Collected data
'''

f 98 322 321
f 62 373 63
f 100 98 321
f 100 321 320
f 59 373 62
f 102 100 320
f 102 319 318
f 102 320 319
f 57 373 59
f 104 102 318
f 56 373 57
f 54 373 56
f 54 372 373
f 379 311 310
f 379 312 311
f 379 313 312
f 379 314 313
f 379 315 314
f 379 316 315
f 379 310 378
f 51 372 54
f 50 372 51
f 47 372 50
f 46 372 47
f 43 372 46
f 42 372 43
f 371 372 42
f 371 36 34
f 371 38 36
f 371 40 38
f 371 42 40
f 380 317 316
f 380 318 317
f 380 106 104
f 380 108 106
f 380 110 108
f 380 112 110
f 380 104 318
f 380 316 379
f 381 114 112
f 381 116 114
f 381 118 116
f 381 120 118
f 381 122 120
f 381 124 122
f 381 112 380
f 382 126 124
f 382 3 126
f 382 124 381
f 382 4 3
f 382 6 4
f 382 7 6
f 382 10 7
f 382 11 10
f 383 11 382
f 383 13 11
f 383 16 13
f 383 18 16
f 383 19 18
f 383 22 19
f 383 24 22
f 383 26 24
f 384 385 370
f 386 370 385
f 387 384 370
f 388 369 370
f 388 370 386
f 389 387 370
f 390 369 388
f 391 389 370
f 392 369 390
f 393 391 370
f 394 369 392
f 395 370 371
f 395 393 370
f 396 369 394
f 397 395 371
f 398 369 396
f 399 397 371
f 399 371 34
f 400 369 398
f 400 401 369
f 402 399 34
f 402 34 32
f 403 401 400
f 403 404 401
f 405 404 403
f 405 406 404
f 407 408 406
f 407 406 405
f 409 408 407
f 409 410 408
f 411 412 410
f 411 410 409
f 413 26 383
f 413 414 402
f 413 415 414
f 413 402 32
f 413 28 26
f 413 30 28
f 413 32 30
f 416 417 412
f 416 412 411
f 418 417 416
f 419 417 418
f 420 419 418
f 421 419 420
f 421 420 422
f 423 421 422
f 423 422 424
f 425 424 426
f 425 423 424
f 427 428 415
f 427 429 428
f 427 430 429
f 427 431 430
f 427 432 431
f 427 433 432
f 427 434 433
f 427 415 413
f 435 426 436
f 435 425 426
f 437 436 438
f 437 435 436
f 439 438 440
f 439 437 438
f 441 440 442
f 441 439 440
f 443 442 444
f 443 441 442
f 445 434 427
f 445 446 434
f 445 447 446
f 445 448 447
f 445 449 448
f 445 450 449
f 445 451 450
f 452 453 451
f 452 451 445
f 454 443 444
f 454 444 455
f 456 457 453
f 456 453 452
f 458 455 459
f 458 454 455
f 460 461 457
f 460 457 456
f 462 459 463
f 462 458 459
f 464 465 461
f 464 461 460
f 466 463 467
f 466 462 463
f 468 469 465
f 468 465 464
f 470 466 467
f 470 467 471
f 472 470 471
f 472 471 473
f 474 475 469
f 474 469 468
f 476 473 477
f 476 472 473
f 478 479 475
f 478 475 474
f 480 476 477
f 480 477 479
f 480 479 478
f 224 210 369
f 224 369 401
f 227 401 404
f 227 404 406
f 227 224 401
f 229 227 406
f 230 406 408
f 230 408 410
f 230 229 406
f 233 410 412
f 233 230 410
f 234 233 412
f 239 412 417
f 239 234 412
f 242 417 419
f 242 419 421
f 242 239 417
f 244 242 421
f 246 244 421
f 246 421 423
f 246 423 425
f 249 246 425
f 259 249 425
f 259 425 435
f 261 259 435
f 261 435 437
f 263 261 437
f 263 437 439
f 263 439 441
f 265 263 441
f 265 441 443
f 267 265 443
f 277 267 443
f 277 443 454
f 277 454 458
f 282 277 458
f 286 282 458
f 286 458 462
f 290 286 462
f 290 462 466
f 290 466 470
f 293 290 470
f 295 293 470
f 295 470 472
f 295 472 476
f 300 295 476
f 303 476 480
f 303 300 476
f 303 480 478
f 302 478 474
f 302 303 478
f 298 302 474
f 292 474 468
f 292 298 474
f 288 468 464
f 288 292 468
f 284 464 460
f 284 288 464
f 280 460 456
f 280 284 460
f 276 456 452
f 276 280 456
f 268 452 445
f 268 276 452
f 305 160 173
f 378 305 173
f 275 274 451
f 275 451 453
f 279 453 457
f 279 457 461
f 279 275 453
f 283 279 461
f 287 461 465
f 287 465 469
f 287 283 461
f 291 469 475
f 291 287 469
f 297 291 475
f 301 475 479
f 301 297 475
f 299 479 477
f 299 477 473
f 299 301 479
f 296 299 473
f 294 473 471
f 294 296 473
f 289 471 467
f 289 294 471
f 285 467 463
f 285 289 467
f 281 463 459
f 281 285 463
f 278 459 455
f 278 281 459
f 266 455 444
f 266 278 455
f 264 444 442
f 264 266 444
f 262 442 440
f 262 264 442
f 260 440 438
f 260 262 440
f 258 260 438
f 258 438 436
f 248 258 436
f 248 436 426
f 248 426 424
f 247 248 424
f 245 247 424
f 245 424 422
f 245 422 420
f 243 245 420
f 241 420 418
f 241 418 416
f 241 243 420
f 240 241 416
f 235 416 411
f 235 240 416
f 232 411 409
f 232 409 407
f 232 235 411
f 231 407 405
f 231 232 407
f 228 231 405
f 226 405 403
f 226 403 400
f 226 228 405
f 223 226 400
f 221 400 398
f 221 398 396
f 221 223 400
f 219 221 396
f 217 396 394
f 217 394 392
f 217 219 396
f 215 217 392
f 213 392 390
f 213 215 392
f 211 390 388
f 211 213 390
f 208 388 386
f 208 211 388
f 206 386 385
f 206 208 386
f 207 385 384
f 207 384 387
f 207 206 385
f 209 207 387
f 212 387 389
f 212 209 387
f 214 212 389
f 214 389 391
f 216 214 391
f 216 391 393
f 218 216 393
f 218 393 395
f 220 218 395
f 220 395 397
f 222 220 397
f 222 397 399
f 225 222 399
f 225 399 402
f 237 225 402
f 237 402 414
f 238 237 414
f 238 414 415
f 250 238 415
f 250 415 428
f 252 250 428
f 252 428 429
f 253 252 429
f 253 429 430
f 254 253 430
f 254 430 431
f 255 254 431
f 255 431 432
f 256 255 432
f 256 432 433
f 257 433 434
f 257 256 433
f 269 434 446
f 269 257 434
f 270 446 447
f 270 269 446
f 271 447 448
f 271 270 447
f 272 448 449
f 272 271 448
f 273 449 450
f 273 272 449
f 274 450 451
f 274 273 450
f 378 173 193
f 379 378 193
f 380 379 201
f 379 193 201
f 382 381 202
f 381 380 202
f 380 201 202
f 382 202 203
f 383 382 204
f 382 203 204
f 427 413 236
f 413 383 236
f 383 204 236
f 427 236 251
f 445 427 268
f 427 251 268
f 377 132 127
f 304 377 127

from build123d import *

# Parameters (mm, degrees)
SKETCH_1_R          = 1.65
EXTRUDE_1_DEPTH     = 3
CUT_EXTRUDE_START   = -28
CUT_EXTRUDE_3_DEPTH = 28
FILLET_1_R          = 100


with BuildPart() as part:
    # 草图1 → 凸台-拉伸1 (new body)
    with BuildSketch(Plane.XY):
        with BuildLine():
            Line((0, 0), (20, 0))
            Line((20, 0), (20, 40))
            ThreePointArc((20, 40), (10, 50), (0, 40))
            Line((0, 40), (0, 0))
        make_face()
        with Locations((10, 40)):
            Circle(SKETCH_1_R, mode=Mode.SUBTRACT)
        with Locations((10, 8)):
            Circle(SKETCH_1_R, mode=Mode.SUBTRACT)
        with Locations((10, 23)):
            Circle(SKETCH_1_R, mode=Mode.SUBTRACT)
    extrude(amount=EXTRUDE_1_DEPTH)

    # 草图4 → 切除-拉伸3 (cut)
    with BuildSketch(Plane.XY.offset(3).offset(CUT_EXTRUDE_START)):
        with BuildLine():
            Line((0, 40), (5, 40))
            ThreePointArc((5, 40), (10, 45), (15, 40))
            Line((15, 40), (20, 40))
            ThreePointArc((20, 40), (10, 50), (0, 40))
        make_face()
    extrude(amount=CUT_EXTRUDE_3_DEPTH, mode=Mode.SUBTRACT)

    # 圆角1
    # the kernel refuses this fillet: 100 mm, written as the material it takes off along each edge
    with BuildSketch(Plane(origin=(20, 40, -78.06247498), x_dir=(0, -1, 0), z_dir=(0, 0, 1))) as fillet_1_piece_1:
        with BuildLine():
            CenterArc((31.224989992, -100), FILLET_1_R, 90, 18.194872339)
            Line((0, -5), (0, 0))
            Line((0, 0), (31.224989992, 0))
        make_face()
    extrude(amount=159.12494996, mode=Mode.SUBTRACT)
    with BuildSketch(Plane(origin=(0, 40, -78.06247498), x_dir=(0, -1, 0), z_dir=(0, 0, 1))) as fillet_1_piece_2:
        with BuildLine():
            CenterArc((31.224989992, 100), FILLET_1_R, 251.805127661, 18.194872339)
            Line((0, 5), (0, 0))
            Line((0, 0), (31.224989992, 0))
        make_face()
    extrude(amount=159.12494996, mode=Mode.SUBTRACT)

'''

*Exercise aim*. Could you reproduce, exactly, every line above from the line with "f 407 408 406" to the line with "f 427 431 430", and no other line? Both ends count.

*Response to the task*.
f 407 408 406
f 407 406 405
f 409 408 407
f 409 410 408
f 411 412 410
f 411 410 409
f 413 26 383
f 413 414 402
f 413 415 414
f 413 402 32
f 413 28 26
f 413 30 28
f 413 32 30
f 416 417 412
f 416 412 411
f 418 417 416
f 419 417 418
f 420 419 418
f 421 419 420
f 421 420 422
f 423 421 422
f 423 422 424
f 425 424 426
f 425 423 424
f 427 428 415
f 427 429 428
f 427 430 429
f 427 431 430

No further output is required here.